§ **About this exercise**
A verbatim reproduction of the lines below, from the line containing "Circle(SKETCH4_R)" through the line containing "Rebuilt in FreeCAD, every", both ends included, is the whole required output.

[Data items]
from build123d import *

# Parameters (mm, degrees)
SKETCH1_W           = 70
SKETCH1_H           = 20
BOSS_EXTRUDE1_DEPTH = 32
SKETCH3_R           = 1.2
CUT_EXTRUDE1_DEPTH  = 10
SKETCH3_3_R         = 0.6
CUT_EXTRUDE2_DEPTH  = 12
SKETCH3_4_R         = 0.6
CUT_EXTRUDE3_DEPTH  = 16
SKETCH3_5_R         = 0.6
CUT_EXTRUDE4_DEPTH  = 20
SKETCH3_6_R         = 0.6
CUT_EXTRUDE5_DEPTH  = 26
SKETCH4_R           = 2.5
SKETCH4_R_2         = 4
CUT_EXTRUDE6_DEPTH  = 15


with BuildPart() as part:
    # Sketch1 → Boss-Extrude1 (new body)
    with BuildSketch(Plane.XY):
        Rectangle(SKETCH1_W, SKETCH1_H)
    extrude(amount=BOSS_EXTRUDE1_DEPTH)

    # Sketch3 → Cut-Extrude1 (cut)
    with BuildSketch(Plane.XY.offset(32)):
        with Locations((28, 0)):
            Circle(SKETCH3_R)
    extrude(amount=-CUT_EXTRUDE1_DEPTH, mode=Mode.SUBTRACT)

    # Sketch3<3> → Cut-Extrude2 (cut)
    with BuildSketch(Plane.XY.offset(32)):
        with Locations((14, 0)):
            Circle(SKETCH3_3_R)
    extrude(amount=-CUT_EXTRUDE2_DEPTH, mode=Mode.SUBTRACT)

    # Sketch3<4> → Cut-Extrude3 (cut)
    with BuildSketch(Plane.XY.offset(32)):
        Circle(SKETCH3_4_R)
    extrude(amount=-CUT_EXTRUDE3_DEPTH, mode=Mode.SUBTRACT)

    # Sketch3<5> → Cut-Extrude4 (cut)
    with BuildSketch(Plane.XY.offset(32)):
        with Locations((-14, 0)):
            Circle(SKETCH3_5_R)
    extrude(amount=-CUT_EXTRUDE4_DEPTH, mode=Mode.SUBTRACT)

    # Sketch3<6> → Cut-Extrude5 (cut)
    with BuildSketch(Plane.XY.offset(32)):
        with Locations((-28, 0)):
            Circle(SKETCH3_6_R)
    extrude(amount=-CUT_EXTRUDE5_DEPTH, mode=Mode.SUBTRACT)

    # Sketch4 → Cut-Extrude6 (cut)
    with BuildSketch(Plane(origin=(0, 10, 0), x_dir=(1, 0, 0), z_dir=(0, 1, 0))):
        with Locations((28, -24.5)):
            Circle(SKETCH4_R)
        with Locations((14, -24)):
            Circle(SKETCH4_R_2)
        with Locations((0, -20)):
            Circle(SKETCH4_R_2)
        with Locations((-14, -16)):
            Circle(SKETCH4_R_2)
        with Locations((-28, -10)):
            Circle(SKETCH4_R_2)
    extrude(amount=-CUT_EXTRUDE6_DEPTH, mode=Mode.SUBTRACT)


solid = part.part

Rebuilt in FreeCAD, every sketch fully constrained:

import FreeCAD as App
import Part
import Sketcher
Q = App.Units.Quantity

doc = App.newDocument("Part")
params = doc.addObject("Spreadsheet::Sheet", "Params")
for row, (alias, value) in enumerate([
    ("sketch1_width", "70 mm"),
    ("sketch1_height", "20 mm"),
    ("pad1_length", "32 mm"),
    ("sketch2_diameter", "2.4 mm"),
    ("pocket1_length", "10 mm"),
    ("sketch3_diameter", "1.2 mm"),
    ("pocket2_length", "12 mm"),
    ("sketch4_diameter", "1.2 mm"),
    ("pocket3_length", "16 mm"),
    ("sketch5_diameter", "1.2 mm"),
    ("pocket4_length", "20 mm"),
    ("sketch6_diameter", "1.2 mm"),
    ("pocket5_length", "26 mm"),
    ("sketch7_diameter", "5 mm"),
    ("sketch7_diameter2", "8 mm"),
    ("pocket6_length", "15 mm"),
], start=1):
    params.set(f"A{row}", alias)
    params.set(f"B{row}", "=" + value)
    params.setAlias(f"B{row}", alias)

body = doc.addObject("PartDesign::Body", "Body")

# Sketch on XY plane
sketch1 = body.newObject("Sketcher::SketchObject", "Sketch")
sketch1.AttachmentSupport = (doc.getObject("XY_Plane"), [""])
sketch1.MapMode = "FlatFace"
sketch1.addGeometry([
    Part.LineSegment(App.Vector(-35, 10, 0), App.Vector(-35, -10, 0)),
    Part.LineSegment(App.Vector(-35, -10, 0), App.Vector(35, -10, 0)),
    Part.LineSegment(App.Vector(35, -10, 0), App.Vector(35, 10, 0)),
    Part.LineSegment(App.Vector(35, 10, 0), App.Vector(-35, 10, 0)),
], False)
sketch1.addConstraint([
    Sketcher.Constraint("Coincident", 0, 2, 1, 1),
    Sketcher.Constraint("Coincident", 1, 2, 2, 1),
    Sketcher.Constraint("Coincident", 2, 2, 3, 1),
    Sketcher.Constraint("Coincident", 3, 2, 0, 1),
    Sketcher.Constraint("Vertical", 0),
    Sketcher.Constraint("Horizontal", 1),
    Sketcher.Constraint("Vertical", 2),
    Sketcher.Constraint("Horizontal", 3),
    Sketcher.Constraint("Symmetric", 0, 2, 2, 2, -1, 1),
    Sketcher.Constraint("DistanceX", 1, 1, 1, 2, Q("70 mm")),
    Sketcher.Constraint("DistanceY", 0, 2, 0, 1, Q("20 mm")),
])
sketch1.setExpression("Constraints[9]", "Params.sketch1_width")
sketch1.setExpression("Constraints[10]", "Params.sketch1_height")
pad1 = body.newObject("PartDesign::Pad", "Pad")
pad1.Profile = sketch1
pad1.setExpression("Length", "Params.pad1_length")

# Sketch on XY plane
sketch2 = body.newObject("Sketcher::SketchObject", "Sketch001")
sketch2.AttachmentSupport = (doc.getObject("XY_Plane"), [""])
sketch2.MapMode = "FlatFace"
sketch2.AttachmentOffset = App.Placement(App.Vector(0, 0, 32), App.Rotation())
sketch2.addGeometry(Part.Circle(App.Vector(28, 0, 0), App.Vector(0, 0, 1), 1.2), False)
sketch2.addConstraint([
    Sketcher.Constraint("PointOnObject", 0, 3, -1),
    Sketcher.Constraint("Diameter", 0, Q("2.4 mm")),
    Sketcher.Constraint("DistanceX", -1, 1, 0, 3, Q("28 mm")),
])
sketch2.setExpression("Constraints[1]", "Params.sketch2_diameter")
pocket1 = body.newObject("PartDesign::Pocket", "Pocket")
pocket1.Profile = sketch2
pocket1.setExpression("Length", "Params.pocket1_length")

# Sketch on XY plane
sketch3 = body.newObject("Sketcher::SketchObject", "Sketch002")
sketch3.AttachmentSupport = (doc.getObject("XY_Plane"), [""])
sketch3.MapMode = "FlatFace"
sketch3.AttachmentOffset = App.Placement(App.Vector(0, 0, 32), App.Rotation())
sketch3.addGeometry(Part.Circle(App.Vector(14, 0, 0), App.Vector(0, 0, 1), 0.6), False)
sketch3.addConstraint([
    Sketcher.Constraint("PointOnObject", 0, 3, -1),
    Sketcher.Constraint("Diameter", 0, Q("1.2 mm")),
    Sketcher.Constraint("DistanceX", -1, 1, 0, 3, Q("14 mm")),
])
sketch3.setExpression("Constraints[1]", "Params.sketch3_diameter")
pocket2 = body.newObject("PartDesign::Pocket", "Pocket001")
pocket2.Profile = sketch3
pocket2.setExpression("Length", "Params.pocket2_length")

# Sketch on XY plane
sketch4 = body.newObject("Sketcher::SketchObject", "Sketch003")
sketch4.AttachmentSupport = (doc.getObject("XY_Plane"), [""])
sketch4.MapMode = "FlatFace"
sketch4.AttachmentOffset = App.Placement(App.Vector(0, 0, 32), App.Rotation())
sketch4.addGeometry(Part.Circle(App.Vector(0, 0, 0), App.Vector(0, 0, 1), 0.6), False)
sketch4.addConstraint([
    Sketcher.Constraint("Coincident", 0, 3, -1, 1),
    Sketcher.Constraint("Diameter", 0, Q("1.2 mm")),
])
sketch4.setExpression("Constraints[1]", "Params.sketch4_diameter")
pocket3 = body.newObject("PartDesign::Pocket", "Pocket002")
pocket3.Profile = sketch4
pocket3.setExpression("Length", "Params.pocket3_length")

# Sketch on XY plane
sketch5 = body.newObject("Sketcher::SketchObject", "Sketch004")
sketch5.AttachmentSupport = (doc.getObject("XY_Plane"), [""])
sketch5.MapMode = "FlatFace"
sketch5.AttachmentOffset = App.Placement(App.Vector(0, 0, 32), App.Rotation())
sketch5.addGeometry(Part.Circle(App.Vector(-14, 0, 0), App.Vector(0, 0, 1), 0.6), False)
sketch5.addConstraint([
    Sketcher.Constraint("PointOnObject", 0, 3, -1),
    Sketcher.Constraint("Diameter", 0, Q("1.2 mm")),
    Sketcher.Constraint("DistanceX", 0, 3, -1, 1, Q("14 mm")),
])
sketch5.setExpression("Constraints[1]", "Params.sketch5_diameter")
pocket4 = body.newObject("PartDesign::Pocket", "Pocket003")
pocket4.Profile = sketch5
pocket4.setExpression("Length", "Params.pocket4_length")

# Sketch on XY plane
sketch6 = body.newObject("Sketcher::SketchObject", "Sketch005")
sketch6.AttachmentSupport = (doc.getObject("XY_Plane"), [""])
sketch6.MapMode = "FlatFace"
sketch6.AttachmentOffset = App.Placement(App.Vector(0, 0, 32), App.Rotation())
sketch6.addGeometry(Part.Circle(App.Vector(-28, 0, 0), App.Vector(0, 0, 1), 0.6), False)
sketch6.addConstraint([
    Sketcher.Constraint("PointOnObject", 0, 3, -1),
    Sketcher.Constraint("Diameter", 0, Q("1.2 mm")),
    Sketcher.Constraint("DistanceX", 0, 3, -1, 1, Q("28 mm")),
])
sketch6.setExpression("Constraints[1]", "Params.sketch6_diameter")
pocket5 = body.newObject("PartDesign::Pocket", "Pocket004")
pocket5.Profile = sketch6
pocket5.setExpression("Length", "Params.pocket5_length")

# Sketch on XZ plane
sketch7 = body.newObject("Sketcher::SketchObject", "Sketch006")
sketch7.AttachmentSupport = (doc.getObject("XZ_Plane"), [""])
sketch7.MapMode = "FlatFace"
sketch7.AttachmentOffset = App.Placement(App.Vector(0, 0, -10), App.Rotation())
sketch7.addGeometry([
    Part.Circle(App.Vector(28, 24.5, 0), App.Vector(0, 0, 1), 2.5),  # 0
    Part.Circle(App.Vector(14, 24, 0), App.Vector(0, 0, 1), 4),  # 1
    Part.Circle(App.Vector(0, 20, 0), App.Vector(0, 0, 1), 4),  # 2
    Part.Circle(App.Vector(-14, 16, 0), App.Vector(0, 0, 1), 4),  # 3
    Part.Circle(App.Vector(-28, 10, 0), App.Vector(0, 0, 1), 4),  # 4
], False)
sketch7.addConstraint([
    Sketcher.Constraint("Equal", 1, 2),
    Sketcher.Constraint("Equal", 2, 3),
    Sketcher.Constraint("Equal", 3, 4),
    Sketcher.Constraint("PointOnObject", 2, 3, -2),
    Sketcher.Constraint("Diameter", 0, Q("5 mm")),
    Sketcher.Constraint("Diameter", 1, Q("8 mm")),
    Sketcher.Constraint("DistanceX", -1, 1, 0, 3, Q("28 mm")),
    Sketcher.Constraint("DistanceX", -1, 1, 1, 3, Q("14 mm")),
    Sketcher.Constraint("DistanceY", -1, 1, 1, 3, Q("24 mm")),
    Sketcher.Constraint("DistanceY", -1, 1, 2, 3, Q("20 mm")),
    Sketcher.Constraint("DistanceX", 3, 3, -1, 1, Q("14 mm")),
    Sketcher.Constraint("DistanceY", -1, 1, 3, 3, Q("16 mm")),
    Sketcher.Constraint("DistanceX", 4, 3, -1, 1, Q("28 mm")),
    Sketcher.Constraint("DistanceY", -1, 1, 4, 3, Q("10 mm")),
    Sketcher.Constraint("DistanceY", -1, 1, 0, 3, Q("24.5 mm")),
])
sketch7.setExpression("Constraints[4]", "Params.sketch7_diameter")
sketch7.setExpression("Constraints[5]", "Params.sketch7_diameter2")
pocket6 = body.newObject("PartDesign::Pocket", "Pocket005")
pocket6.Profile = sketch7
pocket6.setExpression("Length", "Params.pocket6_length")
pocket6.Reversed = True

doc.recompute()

§ **Response**
            Circle(SKETCH4_R)
        with Locations((14, -24)):
            Circle(SKETCH4_R_2)
        with Locations((0, -20)):
            Circle(SKETCH4_R_2)
        with Locations((-14, -16)):
            Circle(SKETCH4_R_2)
        with Locations((-28, -10)):
            Circle(SKETCH4_R_2)
    extrude(amount=-CUT_EXTRUDE6_DEPTH, mode=Mode.SUBTRACT)


solid = part.part

Rebuilt in FreeCAD, every sketch fully constrained:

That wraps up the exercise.